2023年09月18日

◆ メタネーションの意義は .4

 (前項 の続き)
 炭酸ガスの排出を削減することと、空気中の炭酸ガスを減らすこととは、別である。区別するべきだ。

 ── 

 排出削減の意味


 メタネーションは、空気中の炭酸ガスをメタンにするので、その時点では炭酸ガスを減らすが、メタンを燃やせば、そこで炭酸ガスを発生する。だから、差し引きすれば、炭酸ガス削減の効果はない。
 水素は、炭酸ガスをまったく発生しない。とはいえ、空気中の炭酸ガスを減らすわけでもない。
 メタネーションや水素は、化石燃料とは違って、炭酸ガスを発生することはないのだが、それ自体には炭酸ガスを減少させる効果はない。
 メタネーションや水素が、化石燃料の取って代わることで、炭酸ガスの排出を抑制できる。そういう効果はあるが、プラス量を小さくするという意味だけがあって、量をマイナスに転じるわけではない。

 炭酸ガスの固定化


 一方、空気中の炭酸ガスを減少させる効果をもつものがある。
 代表的なのは、森林だ。森林は、空気中の炭酸ガスを吸収して、葉や枝や幹に転じる。このうち、葉は比較的早く腐って二酸化炭素に戻りがちだが、枝や幹は長年にわたって維持される。通常、地中に埋もれて、そのうちのかなりの部分は長期的に地中に蓄えられる。一部は石炭と化して、何億年も地中に留まる。
 一方、草はそうではない。草は、森林の葉と同様で、比較的早く腐って二酸化炭素に戻りがちだ。
 農産物は、もっと悪い。農産物は、空気中の二酸化炭素を吸収するが、結局は人間や家畜の口に入って、すべてが二酸化炭素に戻ってしまう。結局は、炭酸ガス吸収の効果はない。
 農産物の一部は、バイオ燃料となるので、その分、化石燃料の使用量を減らす効果がある。これはいくらか意味がある。

 他には、炭酸ガスをドライアイスや液体にして地中に固定する、というアイデアもある。だが、今のところはアイデア止まりであって、実用化の段階にはない。

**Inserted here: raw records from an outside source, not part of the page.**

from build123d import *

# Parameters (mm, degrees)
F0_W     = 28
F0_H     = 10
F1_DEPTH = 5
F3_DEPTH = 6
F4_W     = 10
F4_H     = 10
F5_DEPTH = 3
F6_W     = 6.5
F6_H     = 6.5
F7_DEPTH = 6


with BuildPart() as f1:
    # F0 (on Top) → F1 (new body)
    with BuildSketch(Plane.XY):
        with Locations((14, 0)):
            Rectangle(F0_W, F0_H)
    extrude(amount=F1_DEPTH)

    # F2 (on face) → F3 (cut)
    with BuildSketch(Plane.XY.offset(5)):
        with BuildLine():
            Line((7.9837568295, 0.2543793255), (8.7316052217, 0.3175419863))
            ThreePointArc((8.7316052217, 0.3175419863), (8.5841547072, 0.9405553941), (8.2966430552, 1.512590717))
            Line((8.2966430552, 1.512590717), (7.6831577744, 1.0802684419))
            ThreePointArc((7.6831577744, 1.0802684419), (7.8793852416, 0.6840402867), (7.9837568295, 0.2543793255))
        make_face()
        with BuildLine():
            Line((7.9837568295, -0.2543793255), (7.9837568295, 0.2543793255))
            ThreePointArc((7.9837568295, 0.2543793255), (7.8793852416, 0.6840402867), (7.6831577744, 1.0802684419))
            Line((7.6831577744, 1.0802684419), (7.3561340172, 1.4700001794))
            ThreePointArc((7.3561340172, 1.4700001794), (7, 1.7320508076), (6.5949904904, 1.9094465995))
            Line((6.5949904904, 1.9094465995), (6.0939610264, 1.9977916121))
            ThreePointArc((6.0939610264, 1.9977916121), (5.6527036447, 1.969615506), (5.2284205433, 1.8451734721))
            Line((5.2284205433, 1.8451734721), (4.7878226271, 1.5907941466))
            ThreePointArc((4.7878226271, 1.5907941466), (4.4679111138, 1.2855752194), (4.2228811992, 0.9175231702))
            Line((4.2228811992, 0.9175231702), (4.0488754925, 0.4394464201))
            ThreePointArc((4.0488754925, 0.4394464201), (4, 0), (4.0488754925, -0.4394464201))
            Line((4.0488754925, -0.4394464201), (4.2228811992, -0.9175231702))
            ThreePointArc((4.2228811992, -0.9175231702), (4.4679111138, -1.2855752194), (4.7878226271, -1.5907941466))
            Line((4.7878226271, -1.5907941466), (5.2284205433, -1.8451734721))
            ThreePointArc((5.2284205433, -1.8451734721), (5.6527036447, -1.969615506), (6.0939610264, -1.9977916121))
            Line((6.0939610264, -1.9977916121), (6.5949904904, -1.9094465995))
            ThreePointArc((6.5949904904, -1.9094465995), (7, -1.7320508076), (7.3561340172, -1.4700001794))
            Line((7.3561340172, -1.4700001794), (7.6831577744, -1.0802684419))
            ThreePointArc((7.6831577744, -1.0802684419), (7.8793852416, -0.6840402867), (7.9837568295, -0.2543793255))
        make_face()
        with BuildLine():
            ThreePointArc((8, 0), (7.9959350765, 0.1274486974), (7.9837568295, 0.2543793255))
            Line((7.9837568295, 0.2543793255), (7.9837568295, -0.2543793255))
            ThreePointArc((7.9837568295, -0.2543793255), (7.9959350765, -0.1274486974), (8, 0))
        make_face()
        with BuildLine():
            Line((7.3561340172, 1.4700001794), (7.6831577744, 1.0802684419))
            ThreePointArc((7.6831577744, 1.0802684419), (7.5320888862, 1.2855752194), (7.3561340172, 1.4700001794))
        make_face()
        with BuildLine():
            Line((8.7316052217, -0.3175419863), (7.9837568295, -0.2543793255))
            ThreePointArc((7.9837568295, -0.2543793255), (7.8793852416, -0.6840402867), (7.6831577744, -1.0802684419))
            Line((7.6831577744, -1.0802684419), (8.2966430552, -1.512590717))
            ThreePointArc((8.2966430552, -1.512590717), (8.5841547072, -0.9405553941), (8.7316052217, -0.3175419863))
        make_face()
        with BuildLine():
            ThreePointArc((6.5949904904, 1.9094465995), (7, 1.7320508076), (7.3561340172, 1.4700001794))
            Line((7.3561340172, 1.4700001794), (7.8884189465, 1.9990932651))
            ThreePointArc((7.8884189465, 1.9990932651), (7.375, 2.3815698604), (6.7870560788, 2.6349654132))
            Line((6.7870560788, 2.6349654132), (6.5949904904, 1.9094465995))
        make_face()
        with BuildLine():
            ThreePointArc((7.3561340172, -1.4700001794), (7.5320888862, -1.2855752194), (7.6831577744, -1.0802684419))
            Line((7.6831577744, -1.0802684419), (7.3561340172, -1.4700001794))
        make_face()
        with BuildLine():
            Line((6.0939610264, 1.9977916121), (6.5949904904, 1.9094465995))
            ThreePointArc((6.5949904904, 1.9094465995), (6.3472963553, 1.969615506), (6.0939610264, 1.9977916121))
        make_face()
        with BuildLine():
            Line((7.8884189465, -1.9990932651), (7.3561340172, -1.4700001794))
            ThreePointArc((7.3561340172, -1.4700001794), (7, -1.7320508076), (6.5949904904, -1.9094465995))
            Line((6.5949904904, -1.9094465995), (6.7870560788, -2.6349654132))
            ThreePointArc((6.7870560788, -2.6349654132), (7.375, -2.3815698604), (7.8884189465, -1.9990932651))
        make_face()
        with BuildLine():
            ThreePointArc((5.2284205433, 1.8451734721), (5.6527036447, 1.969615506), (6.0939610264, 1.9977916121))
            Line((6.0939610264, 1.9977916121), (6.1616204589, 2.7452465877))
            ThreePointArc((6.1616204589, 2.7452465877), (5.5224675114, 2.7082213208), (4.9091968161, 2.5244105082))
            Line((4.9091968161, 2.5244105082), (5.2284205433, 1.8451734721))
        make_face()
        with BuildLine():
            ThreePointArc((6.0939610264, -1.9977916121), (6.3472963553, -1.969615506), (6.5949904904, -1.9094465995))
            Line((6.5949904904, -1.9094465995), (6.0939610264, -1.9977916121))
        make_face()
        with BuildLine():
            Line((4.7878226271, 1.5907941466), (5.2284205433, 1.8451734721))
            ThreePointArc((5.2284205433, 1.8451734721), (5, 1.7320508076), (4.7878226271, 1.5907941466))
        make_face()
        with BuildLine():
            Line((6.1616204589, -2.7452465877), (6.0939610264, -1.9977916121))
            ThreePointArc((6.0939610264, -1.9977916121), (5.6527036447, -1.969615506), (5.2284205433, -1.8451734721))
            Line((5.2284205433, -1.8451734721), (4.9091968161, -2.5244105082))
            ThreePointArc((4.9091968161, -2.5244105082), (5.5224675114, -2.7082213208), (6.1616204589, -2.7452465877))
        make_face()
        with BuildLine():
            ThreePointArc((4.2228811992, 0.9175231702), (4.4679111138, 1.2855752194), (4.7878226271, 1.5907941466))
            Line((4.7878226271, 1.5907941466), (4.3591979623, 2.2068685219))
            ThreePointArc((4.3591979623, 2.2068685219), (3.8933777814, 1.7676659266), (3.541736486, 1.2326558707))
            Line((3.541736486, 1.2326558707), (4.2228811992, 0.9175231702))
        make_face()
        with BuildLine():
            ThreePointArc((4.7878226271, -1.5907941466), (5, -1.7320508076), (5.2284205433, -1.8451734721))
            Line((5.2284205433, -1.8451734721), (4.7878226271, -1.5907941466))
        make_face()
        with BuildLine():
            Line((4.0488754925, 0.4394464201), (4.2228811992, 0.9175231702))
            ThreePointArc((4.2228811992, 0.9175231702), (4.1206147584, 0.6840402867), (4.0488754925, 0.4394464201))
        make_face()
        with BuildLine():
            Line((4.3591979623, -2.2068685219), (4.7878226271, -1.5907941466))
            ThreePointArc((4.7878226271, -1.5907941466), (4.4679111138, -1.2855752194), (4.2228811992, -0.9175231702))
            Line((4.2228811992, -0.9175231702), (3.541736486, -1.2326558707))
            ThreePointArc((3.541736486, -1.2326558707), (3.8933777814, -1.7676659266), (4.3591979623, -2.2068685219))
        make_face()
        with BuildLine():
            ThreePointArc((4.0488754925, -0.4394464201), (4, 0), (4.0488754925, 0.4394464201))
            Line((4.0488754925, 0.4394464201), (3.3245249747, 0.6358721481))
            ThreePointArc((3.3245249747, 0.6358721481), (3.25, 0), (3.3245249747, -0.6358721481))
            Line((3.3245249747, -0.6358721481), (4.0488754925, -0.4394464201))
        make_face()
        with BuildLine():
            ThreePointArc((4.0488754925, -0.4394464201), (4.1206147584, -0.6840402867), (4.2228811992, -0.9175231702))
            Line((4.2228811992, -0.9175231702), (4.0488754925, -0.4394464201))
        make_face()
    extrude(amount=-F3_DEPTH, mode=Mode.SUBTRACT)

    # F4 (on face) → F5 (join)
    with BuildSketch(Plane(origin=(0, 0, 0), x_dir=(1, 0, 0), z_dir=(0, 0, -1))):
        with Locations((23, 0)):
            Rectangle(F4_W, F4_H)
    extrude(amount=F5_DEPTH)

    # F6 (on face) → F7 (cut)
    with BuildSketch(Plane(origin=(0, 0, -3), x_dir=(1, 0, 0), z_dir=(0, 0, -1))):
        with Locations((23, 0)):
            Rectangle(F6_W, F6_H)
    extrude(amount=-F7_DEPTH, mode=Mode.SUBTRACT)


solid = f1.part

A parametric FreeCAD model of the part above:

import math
import FreeCAD as App
import Part
import Sketcher
Q = App.Units.Quantity

doc = App.newDocument("Part")
body = doc.addObject("PartDesign::Body", "Body")

# Sketch on XY plane
sketch1 = doc.addObject("Sketcher::SketchObject", "Sketch")
body.addObject(sketch1)
sketch1.AttachmentSupport = (doc.XY_Plane, [""])
sketch1.MapMode = "FlatFace"
sketch1.addGeometry(Part.LineSegment(App.Vector(0, 5, 0), App.Vector(0, -5, 0)), False)
sketch1.addGeometry(Part.LineSegment(App.Vector(0, -5, 0), App.Vector(28, -5, 0)), False)
sketch1.addGeometry(Part.LineSegment(App.Vector(28, -5, 0), App.Vector(28, 5, 0)), False)
sketch1.addGeometry(Part.LineSegment(App.Vector(28, 5, 0), App.Vector(0, 5, 0)), False)
sketch1.addConstraint(Sketcher.Constraint("Coincident", 0, 2, 1, 1))
sketch1.addConstraint(Sketcher.Constraint("Coincident", 1, 2, 2, 1))
sketch1.addConstraint(Sketcher.Constraint("Coincident", 2, 2, 3, 1))
sketch1.addConstraint(Sketcher.Constraint("Coincident", 3, 2, 0, 1))
sketch1.addConstraint(Sketcher.Constraint("Vertical", 0))
sketch1.addConstraint(Sketcher.Constraint("Horizontal", 1))
sketch1.addConstraint(Sketcher.Constraint("Vertical", 2))
sketch1.addConstraint(Sketcher.Constraint("Horizontal", 3))
sketch1.addConstraint(Sketcher.Constraint("Symmetric", 0, 2, 3, 2, -1, 1))
sketch1.addConstraint(Sketcher.Constraint("DistanceX", 1, 1, 1, 2, Q("28 mm")))
sketch1.addConstraint(Sketcher.Constraint("DistanceY", 0, 2, 0, 1, Q("10 mm")))
pad1 = doc.addObject("PartDesign::Pad", "Pad")
body.addObject(pad1)
pad1.Profile = sketch1
pad1.Length = 5
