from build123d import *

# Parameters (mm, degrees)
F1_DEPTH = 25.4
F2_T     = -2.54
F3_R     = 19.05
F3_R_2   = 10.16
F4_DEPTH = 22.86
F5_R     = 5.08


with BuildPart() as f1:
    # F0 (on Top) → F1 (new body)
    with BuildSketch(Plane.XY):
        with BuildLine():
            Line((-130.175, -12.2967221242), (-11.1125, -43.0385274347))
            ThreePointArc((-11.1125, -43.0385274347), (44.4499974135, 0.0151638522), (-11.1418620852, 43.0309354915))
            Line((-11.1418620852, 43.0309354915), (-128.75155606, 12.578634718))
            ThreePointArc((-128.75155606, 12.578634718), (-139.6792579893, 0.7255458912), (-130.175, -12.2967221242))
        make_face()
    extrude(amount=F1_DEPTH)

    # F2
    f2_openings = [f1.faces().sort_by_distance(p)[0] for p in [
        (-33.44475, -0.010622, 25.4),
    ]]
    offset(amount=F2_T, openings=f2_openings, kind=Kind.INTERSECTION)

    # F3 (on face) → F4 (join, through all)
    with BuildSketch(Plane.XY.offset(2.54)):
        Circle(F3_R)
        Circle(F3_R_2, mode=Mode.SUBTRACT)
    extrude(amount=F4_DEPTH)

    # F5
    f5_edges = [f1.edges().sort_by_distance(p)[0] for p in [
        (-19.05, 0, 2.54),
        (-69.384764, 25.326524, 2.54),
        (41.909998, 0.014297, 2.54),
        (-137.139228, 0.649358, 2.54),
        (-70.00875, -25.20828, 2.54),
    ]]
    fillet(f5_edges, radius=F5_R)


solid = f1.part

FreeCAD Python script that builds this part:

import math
import FreeCAD as App
import Part
import Sketcher

V = App.Vector
Q = App.Units.Quantity


def edges_at(feature, points):
    """Names of the edges that pass closest to the given points."""
    edges = feature.Shape.Edges
    near = lambda p: min(range(len(edges)), key=lambda i: edges[i].distToShape(Part.Vertex(*p))[0])
    return sorted({f"Edge{near(p) + 1}" for p in points})


def faces_at(feature, points):
    """Names of the faces that lie closest to the given points."""
    faces = feature.Shape.Faces
    near = lambda p: min(range(len(faces)), key=lambda i: faces[i].distToShape(Part.Vertex(*p))[0])
    return sorted({f"Face{near(p) + 1}" for p in points})

doc = App.newDocument("Part")
params = doc.addObject("Spreadsheet::Sheet", "Params")
for row, (alias, value) in enumerate([
    ("sketch1_radius", "0.5 in"),
    ("sketch1_radius2", "1.75 in"),
    ("sketch1_length", "4.783 in"),
    ("pad1_length", "1 in"),
    ("thickness_wall", "0.1 in"),
    ("sketch2_diameter", "1.5 in"),
    ("sketch2_diameter2", "0.8 in"),
    ("pad2_length", "0.9 in"),
    ("fillet_radius", "0.2 in"),
], start=1):
    params.set(f"A{row}", alias)
    params.set(f"B{row}", "=" + value)
    params.setAlias(f"B{row}", alias)

body = doc.addObject("PartDesign::Body", "Body")

# Sketch on XY plane
sketch1 = body.newObject("Sketcher::SketchObject", "Sketch")
sketch1.AttachmentSupport = (doc.getObject("XY_Plane"), [""])
sketch1.MapMode = "FlatFace"
sketch1.addGeometry([
    Part.LineSegment(V(-130.175, -12.296722, 0), V(-11.1125, -43.038527, 0)),
    Part.ArcOfCircle(Part.Circle(V(0, 0, 0), V(0, 0, 1), 44.45), math.radians(-104.477512), math.radians(104.516604)),
    Part.LineSegment(V(-11.141862, 43.030935, 0), V(-128.751556, 12.578635, 0)),
    Part.ArcOfCircle(Part.Circle(V(-127, 0, 0), V(0, 0, 1), 12.7), math.radians(97.927376), math.radians(255.522488)),
], False)
sketch1.addConstraint([
    Sketcher.Constraint("Tangent", 0, 2, 1, 1),
    Sketcher.Constraint("Tangent", 1, 2, 2, 1),
    Sketcher.Constraint("Coincident", 2, 2, 3, 1),
    Sketcher.Constraint("Tangent", 3, 2, 0, 1),
    Sketcher.Constraint("Coincident", 1, 3, -1, 1),
    Sketcher.Constraint("PointOnObject", 3, 3, -1),
    Sketcher.Constraint("Radius", 3, Q("0.5 in")),
    Sketcher.Constraint("Radius", 1, Q("1.75 in")),
    Sketcher.Constraint("DistanceX", 3, 3, -1, 1, Q("5 in")),
    Sketcher.Constraint("Distance", 2, Q("4.783 in")),
])
sketch1.setExpression("Constraints[6]", "Params.sketch1_radius")
sketch1.setExpression("Constraints[7]", "Params.sketch1_radius2")
sketch1.setExpression("Constraints[9]", "Params.sketch1_length")
pad1 = body.newObject("PartDesign::Pad", "Pad")
pad1.Profile = sketch1
pad1.setExpression("Length", "Params.pad1_length")
doc.recompute()

thickness = body.newObject("PartDesign::Thickness", "Thickness")
thickness.Base = (pad1, faces_at(pad1, [(-47.625, 0, 25.4)]))
thickness.setExpression("Value", "Params.thickness_wall")
thickness.Reversed = True
thickness.Join = "Intersection"

# Sketch on XY plane
sketch2 = body.newObject("Sketcher::SketchObject", "Sketch001")
sketch2.AttachmentSupport = (doc.getObject("XY_Plane"), [""])
sketch2.MapMode = "FlatFace"
sketch2.AttachmentOffset = App.Placement(V(0, 0, 0.1 * 25.4), App.Rotation())
sketch2.addGeometry([
    Part.Circle(V(0, 0, 0), V(0, 0, 1), 19.05),
    Part.Circle(V(0, 0, 0), V(0, 0, 1), 10.16),
], False)
sketch2.addConstraint([
    Sketcher.Constraint("Coincident", 0, 3, -1, 1),
    Sketcher.Constraint("Coincident", 1, 3, -1, 1),
    Sketcher.Constraint("Diameter", 0, Q("1.5 in")),
    Sketcher.Constraint("Diameter", 1, Q("0.8 in")),
])
sketch2.setExpression("Constraints[2]", "Params.sketch2_diameter")
sketch2.setExpression("Constraints[3]", "Params.sketch2_diameter2")
pad2 = body.newObject("PartDesign::Pad", "Pad001")
pad2.Profile = sketch2
pad2.setExpression("Length", "Params.pad2_length")
doc.recompute()

fillet = body.newObject("PartDesign::Fillet", "Fillet")
fillet.Base = (pad2, edges_at(pad2, [
    (-19.05, 0, 2.54),
    (-69.385, 25.327, 2.54),
    (41.91, 0.014, 2.54),
    (-137.139, 0.649, 2.54),
    (-70.009, -25.208, 2.54),
]))
fillet.setExpression("Radius", "Params.fillet_radius")

doc.recompute()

 ※ 以上で述べたことは、広く知られたことばかりで、特に目新しい話はない。大事なのは、このあとの話だ。


 木材の燃焼


 木材チップを燃焼することは、化石燃料を使わずにエネルギーを得るので、炭酸ガスを排出しない。だから好ましい……と言われる。
 しかし、これは馬鹿げている。せっかく木材として固定したものを、また空中に放出してしまうからだ。いったんプラスからマイナスに転じたものを、またプラスに戻してしまう。これでは逆効果だ。
 木材でなく草を燃やすのであれば、草はどっちみち炭酸ガスになってしまうので、草を燃やすことの意義はある。草を燃やして熱エネルギーを取るというのは、それなりに意義がある。
 しかし木材チップを燃焼することは、固定した炭酸ガスを解き放つことになるので、炭酸ガスを増加させる効果があるのだ。そんなことをするくらいなら、木材チップのまま放置しておいた方がずっといい。
 その意味で、木材チップを使って燃料にすることを、国が補助金で優遇することは、ナンセンスだ。なのに、現実には、そういう補助金制度がある。
  → 木質バイオマスの豊富な補助金事情まとめ

 木材の維持


 上の問題を考え直すと、なすべき方策もわかる。木材チップや不要木材は、なるべく燃やさずに維持するべきなのだ。それが炭酸ガス固定化のために役立つ。
 使い道がないような廃材は、地上に置いてもいいし、地中に埋めてしまうのでもいい。それでも朽ちて炭酸ガスになるまでには、長い時間がかかるだろう。寒冷地に持って行けば、石炭に化することもあるかもしれない。
 使い道のある木材は、きちんと使えばいい。建材や家具に使うのでもいい。そうして木材として使っている間は、炭酸ガスが木材の形で固定化されているので、炭酸ガス削減の効果がある。
 逆に、廃材だからといって無闇に燃やしてしまうのは、炭酸ガスが出るので、よろしくないと言えるだろう。
 とはいえ、温暖な地で木材を簡単に腐らせてしまうと、エネルギーを取り出すことなく炭酸ガスの排出があるので、これは最も無駄だ。無駄に腐らせるのに比べれば、いったんは燃やす方がマシだと言えるだろう。(化石燃料の使用量を減らす効果があるからだ。)

 不耕起栽培


 「不耕起栽培」という手法もある。農地は、耕すのが普通だが、耕すのをやめることで、二酸化炭素の排出を大幅に削減できる。
 土壌は炭素の巨大な「貯蔵庫」だ。二酸化炭素換算で5.5兆〜8.8兆トンが貯留されていると見られ、大気の約3兆トンや森林などの約2兆トンをはるかに上回る。
 農地を耕さずに土壌の炭素量を0.4%ずつ増やすことができれば、人間活動による温室効果ガスの排出を帳消しにできるという。
( → (現場へ!)気候変動と農業:5 耕さない土、秘めた可能性:朝日新聞

 この農法については、前に述べたことがある。上の引用部がそっくりそのまま、記載されている。
  → 土壌に炭素を貯め込む: Open ブログ
  ※ つまり、上の引用部は、過去記事の使い回しだ。自社記事の転載とも言える。転載や再掲と記さないが。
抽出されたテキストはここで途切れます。